Specifies number of loops of NTA march(30N) test, per pass. Increasing the number of loops of any subtest increases the relative time spent on that subtest in each pass. This increase also increases the time taken to complete a pass. NTA march test attacks stuck-at-faults, two-cell coupling faults, and some three-cell coupling faults.

laloops

Specifies number of loops of LA march(22N) test, per pass. Increasing the number of loops of any subtest increases the relative time spent on that subtest in each pass. This increase also increases the time taken to complete a pass. LA march test attacks coupling and stuck-at-faults.

ntaloops

Specifies number of loops of NTA march test, per pass. Increasing the number of loops of any subtest increases the relative time spent on that subtest in each pass. This increase also increases the time taken to complete a pass. NTA march test attacks coupling and stuck at faults.

lrloops

Specifies number of loops of LR march(14N) test, per pass. Increasing the number of loops of any subtest increases the relative time spent on that subtest in each pass.
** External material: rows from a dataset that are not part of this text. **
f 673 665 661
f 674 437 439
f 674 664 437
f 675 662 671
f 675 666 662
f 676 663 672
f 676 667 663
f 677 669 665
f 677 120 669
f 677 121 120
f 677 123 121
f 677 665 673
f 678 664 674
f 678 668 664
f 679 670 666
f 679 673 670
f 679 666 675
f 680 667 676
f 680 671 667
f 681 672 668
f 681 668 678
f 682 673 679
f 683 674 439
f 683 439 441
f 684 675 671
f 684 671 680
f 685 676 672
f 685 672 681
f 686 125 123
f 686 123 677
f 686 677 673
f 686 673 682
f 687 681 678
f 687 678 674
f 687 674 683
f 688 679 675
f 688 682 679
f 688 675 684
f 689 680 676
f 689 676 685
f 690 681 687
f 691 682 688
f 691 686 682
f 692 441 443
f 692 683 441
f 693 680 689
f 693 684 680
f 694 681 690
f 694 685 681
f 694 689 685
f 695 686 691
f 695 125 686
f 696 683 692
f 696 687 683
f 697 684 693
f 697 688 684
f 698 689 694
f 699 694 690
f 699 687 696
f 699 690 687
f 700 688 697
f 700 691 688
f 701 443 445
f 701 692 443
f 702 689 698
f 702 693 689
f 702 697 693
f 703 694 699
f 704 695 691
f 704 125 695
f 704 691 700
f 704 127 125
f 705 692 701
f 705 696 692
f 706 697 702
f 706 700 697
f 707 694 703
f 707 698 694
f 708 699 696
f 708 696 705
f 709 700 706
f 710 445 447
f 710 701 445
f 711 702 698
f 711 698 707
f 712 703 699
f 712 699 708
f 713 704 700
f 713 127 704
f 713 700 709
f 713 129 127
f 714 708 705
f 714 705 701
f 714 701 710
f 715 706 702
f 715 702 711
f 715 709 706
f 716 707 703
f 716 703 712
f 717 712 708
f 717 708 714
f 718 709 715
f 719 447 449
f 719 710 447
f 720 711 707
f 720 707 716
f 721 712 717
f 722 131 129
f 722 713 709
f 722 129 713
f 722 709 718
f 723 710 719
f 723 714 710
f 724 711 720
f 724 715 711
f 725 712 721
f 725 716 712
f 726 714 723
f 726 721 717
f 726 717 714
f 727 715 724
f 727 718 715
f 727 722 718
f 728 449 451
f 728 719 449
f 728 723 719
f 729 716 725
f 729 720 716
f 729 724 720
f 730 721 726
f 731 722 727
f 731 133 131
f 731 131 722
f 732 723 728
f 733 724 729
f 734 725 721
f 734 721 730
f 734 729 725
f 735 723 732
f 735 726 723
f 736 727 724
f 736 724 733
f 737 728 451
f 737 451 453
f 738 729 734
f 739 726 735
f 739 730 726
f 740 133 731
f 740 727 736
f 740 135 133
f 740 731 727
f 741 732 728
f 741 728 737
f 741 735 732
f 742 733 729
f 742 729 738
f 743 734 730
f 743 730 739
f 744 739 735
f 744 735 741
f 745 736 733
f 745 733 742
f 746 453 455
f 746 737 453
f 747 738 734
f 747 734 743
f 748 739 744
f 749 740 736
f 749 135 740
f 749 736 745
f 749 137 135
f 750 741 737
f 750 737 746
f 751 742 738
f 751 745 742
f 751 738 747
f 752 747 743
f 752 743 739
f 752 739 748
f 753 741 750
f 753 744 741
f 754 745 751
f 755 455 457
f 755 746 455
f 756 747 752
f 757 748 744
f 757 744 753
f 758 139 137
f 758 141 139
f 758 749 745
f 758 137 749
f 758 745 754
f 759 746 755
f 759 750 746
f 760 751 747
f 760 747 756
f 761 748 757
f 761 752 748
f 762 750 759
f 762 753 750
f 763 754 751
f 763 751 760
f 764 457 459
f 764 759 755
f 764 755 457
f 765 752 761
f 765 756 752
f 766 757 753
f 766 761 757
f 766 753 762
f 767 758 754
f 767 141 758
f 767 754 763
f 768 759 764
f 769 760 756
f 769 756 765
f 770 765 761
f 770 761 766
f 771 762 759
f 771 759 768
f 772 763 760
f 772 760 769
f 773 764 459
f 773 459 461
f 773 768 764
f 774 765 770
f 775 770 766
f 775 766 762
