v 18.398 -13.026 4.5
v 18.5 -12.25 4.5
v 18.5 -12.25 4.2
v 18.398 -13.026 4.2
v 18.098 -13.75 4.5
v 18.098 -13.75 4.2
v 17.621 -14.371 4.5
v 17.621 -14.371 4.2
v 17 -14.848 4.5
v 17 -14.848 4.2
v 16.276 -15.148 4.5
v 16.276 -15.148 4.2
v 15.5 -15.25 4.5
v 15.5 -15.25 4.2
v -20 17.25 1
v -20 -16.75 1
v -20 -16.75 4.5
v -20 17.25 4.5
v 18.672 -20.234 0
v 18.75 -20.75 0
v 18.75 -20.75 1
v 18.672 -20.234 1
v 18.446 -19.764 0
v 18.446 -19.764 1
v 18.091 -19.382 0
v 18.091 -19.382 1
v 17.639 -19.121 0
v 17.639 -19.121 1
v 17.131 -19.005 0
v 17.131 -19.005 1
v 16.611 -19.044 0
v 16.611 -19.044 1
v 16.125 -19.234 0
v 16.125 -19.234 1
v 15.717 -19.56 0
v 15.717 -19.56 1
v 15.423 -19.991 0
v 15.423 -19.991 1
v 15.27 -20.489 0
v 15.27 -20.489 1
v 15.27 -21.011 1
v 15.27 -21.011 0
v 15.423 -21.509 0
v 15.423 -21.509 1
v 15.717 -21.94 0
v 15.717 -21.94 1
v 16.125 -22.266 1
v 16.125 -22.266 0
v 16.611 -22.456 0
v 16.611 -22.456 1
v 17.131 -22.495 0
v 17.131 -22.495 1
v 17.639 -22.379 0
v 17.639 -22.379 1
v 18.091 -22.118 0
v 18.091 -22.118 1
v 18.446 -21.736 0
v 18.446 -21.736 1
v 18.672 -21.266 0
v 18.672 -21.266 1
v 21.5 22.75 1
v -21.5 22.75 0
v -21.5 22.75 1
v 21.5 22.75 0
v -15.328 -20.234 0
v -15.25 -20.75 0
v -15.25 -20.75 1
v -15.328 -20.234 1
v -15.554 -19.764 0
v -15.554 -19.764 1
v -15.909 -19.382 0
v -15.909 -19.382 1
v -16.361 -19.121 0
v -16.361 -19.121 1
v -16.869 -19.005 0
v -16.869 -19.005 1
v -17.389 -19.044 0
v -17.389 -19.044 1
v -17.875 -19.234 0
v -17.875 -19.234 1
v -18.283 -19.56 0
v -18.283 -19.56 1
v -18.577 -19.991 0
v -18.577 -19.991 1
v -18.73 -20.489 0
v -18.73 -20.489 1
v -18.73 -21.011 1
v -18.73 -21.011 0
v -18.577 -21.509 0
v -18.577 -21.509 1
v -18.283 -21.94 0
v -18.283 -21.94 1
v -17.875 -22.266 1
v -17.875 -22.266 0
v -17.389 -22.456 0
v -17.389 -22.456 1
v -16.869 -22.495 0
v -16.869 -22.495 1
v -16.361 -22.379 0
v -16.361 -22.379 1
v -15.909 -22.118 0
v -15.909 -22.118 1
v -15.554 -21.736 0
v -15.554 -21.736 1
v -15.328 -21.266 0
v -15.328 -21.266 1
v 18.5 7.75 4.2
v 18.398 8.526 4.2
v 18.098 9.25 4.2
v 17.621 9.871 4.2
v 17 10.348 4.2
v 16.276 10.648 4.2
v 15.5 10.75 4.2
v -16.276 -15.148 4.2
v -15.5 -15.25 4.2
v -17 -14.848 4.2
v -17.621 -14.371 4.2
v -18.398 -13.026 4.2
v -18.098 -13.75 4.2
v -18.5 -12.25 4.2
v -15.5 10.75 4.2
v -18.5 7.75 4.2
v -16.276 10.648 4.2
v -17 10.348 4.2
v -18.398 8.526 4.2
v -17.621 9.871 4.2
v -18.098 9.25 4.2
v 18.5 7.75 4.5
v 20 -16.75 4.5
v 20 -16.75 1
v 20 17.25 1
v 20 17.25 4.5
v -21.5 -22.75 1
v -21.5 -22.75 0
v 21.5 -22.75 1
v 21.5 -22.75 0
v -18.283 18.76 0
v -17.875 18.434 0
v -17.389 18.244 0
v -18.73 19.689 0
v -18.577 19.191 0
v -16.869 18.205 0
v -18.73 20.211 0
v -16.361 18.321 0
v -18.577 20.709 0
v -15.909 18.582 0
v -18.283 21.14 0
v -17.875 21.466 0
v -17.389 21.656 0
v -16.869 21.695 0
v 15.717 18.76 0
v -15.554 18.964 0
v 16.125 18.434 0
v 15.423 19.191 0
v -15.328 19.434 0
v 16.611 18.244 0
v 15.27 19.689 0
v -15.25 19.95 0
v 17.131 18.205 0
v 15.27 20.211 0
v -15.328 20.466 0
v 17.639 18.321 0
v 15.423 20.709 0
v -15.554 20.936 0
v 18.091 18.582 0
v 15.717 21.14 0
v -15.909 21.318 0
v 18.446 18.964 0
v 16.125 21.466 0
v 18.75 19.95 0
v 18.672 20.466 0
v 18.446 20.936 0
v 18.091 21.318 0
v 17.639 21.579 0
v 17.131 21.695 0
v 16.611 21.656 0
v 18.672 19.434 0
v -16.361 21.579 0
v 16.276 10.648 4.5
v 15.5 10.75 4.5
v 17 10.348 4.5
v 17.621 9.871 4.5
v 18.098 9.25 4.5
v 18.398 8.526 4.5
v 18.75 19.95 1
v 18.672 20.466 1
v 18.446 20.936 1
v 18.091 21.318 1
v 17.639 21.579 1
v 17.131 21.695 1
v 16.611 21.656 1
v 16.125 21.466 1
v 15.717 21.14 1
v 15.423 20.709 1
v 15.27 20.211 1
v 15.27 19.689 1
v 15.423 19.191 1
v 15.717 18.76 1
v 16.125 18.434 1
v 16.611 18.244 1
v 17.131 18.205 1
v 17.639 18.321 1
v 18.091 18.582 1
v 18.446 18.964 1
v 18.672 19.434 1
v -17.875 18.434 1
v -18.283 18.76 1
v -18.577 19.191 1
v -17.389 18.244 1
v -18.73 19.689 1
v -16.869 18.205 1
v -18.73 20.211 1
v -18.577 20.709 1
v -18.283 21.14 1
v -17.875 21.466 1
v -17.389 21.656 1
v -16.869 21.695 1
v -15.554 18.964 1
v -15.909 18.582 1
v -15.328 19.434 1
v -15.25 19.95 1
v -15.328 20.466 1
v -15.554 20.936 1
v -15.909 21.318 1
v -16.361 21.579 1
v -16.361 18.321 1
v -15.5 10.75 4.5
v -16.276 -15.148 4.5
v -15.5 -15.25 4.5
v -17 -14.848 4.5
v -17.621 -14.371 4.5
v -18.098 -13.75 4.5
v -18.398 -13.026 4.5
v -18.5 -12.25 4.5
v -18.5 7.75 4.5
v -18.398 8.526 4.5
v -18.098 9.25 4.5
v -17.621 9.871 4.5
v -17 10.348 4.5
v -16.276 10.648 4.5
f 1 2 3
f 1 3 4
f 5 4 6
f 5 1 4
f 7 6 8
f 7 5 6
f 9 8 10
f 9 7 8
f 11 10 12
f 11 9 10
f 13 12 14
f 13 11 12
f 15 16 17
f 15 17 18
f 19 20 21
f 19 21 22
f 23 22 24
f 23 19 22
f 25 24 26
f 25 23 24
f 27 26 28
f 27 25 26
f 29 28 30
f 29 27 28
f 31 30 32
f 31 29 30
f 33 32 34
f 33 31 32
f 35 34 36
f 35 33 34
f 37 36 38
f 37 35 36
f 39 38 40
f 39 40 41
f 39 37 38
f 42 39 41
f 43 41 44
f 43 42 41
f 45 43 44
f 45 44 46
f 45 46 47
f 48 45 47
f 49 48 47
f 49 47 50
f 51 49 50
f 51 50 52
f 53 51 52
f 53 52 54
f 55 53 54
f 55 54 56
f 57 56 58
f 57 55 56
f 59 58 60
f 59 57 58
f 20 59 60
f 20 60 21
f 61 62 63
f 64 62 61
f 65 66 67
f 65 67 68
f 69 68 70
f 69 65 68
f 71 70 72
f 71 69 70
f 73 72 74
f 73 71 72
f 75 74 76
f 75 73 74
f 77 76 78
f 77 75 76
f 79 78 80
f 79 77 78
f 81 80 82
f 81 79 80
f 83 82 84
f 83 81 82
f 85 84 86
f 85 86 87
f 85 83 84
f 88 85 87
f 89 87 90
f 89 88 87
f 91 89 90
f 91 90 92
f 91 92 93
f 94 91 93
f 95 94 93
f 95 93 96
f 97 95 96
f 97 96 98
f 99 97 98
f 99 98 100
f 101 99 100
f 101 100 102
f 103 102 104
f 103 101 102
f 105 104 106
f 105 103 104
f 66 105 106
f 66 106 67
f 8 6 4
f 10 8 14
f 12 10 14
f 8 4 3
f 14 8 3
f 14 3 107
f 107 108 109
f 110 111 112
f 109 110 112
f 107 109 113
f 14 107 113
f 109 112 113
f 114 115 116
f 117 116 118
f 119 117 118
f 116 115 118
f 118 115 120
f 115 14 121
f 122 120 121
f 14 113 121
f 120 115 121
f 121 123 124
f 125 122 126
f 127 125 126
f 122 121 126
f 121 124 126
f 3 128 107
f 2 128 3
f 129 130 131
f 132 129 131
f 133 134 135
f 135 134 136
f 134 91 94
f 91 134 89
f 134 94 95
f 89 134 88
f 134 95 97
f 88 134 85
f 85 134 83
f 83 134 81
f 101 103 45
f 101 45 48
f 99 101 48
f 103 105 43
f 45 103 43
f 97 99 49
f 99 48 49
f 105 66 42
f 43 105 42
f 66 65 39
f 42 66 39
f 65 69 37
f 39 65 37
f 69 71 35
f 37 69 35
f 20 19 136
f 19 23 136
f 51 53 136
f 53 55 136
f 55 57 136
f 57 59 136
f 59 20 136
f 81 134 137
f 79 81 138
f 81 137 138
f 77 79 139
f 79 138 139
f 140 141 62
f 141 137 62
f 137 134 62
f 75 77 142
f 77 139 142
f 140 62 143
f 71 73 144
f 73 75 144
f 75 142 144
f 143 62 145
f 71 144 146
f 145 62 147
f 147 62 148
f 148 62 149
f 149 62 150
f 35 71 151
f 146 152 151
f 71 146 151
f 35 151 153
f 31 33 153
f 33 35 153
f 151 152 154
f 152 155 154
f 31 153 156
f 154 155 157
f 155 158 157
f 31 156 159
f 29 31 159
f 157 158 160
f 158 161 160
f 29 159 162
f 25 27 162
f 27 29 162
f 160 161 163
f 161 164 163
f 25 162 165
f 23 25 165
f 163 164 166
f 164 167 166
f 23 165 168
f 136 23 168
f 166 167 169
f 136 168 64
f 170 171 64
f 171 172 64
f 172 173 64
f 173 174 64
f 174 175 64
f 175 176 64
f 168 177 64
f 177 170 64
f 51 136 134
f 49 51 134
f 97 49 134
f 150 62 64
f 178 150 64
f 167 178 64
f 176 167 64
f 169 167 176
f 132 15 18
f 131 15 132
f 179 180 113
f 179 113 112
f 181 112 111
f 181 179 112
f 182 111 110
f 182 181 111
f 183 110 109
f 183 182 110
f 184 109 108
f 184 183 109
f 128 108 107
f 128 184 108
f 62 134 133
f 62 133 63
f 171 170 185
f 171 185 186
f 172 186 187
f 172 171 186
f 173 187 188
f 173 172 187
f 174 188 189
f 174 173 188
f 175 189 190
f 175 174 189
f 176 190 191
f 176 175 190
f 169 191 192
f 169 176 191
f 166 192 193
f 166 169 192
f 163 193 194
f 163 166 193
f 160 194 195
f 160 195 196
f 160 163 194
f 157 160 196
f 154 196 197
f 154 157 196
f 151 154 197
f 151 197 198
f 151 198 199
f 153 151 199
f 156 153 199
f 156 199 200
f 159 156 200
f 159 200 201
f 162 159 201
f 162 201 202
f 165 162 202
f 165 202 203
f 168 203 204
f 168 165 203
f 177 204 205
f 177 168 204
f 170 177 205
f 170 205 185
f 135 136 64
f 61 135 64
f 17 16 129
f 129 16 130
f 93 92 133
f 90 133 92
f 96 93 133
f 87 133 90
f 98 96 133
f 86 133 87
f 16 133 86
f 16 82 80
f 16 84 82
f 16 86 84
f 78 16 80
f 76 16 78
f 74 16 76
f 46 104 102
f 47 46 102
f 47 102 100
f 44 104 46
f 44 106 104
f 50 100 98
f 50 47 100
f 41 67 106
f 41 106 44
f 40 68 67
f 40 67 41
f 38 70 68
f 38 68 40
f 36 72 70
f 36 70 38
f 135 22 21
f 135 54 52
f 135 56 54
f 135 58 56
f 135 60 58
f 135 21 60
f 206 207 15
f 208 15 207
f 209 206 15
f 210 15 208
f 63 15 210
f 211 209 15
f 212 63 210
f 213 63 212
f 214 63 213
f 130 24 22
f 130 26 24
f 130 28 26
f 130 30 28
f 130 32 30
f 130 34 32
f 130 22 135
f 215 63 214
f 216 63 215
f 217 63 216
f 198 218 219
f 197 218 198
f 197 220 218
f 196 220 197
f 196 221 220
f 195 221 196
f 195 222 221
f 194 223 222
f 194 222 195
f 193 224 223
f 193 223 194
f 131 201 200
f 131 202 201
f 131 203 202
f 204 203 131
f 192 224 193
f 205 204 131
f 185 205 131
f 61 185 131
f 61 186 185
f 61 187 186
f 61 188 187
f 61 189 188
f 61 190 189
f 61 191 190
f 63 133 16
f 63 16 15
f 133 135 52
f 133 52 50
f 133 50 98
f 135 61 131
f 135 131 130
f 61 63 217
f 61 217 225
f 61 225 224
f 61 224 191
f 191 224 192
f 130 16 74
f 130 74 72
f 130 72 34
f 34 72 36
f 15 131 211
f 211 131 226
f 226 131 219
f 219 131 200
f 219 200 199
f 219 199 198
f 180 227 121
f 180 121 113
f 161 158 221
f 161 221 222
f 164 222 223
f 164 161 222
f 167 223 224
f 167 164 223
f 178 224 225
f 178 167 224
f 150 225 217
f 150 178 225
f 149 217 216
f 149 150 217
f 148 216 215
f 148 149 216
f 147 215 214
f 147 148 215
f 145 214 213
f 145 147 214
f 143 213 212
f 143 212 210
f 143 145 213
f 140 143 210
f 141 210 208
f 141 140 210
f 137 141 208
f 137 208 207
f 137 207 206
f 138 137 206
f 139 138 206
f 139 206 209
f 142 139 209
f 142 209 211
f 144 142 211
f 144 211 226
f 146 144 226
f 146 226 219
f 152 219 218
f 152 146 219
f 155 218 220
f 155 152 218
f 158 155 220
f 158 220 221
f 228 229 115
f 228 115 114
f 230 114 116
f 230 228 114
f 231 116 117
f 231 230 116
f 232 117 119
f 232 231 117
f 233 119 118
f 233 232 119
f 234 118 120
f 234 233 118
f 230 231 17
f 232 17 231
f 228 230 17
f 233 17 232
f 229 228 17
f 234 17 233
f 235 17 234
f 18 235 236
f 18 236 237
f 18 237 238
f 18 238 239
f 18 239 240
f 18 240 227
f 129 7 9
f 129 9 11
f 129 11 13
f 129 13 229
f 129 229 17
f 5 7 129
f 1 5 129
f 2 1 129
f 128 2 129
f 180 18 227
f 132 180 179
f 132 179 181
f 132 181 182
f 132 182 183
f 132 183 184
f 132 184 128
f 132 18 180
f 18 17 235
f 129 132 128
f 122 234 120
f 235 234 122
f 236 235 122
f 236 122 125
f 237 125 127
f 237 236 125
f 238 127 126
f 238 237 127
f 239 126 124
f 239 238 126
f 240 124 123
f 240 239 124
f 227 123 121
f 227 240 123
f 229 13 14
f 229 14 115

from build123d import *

# Parameters (mm, degrees)
SKETCH1_W           = 43
SKETCH1_H           = 45.5
SKETCH1_R           = 1.75
BOSS_EXTRUDE1_DEPTH = 1
SKETCH2_W           = 40
SKETCH2_H           = 34
BOSS_EXTRUDE2_DEPTH = 3.5
CUT_EXTRUDE1_DEPTH  = 0.3


with BuildPart() as part:
    # Sketch1 → Boss-Extrude1 (new body)
    with BuildSketch(Plane.XY):
        Rectangle(SKETCH1_W, SKETCH1_H)
        with Locations((-17, 19.95)):
            Circle(SKETCH1_R, mode=Mode.SUBTRACT)
        with Locations((17, 19.95)):
            Circle(SKETCH1_R, mode=Mode.SUBTRACT)
        with Locations((-17, -20.75)):
            Circle(SKETCH1_R, mode=Mode.SUBTRACT)
        with Locations((17, -20.75)):
            Circle(SKETCH1_R, mode=Mode.SUBTRACT)
    extrude(amount=BOSS_EXTRUDE1_DEPTH)

    # Sketch2 → Boss-Extrude2 (add)
    with BuildSketch(Plane.XY.offset(1)):
        with Locations((0, 0.25)):
            Rectangle(SKETCH2_W, SKETCH2_H)
    extrude(amount=BOSS_EXTRUDE2_DEPTH)

    # Sketch3 → Cut-Extrude1 (cut)
    with BuildSketch(Plane.XY.offset(4.5)):
        with BuildLine():
            Line((-15.5, 10.75), (15.5, 10.75))
            ThreePointArc((15.5, 10.75), (17.621320344, 9.871320344), (18.5, 7.75))
            Line((18.5, 7.75), (18.5, -12.25))
            ThreePointArc((18.5, -12.25), (17.621320344, -14.371320344), (15.5, -15.25))
            Line((15.5, -15.25), (-15.5, -15.25))
            ThreePointArc((-15.5, -15.25), (-17.621320344, -14.371320344), (-18.5, -12.25))
            Line((-18.5, -12.25), (-18.5, 7.75))
            ThreePointArc((-18.5, 7.75), (-17.621320344, 9.871320344), (-15.5, 10.75))
        make_face()
    extrude(amount=-CUT_EXTRUDE1_DEPTH, mode=Mode.SUBTRACT)


solid = part.part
This increase also increases the time taken to complete a pass. LR march test attacks coupling and stuck-at-faults.

dratio

Descrambles ratio tunes the algorithm used to generate data patterns in ramtest. A descramble ratio of 100 means that all the data patterns generated will be descrambled. If a descramble ratio is 0, the test will generate the data patterns tuned toward bus noise. Default value is 50, which means that half the data patterns are descrambled.

ssloops

Specifies number of loops of SS march(22N) test, per pass. Increasing the number of loops of any subtest increases the relative time spent on that subtest in each pass. This increase also increases the time taken to complete a pass. The SS March test attacks simple static faults.
The SS March option is not supported on x86 platforms. An appropriate warning is displayed and the test proceeds based on other options.

custom

When stride=custom is selected, this value specifies the strides used. Each thread selects one of the stride values from stridemask by selecting one of the bits in the mask.

The bits in the stridemask value represent the least significant bit of the stride. Thus a value of 0x4000 calls for a stride of 16384 (using Bit 14 of the address). Mulitple bits can be set mixing row and column strides.

The value can be specified as a decimal (NNN), hexadecimal (0xNNN), or octal (0NNN) value. The maximum value is 0x400000 (4194304). The default value is 0xC600 which represents strides using Bits 15, 14, 10, and 9.




Note - 32-bit tests are located in the bin subdirectory, /opt/SUNWvts/bin/testname.





Note - ECC errors returned by ramtest are detected by the operating system and are logged in the /var/adm/messages file. Review this file for more detailed information regarding errors.





Note - 64-bit tests are located in the /bin/64 directory, or the relative path in which you installed SunVTS. If a test is not present in this directory, then it might be available as a 32-bit test only.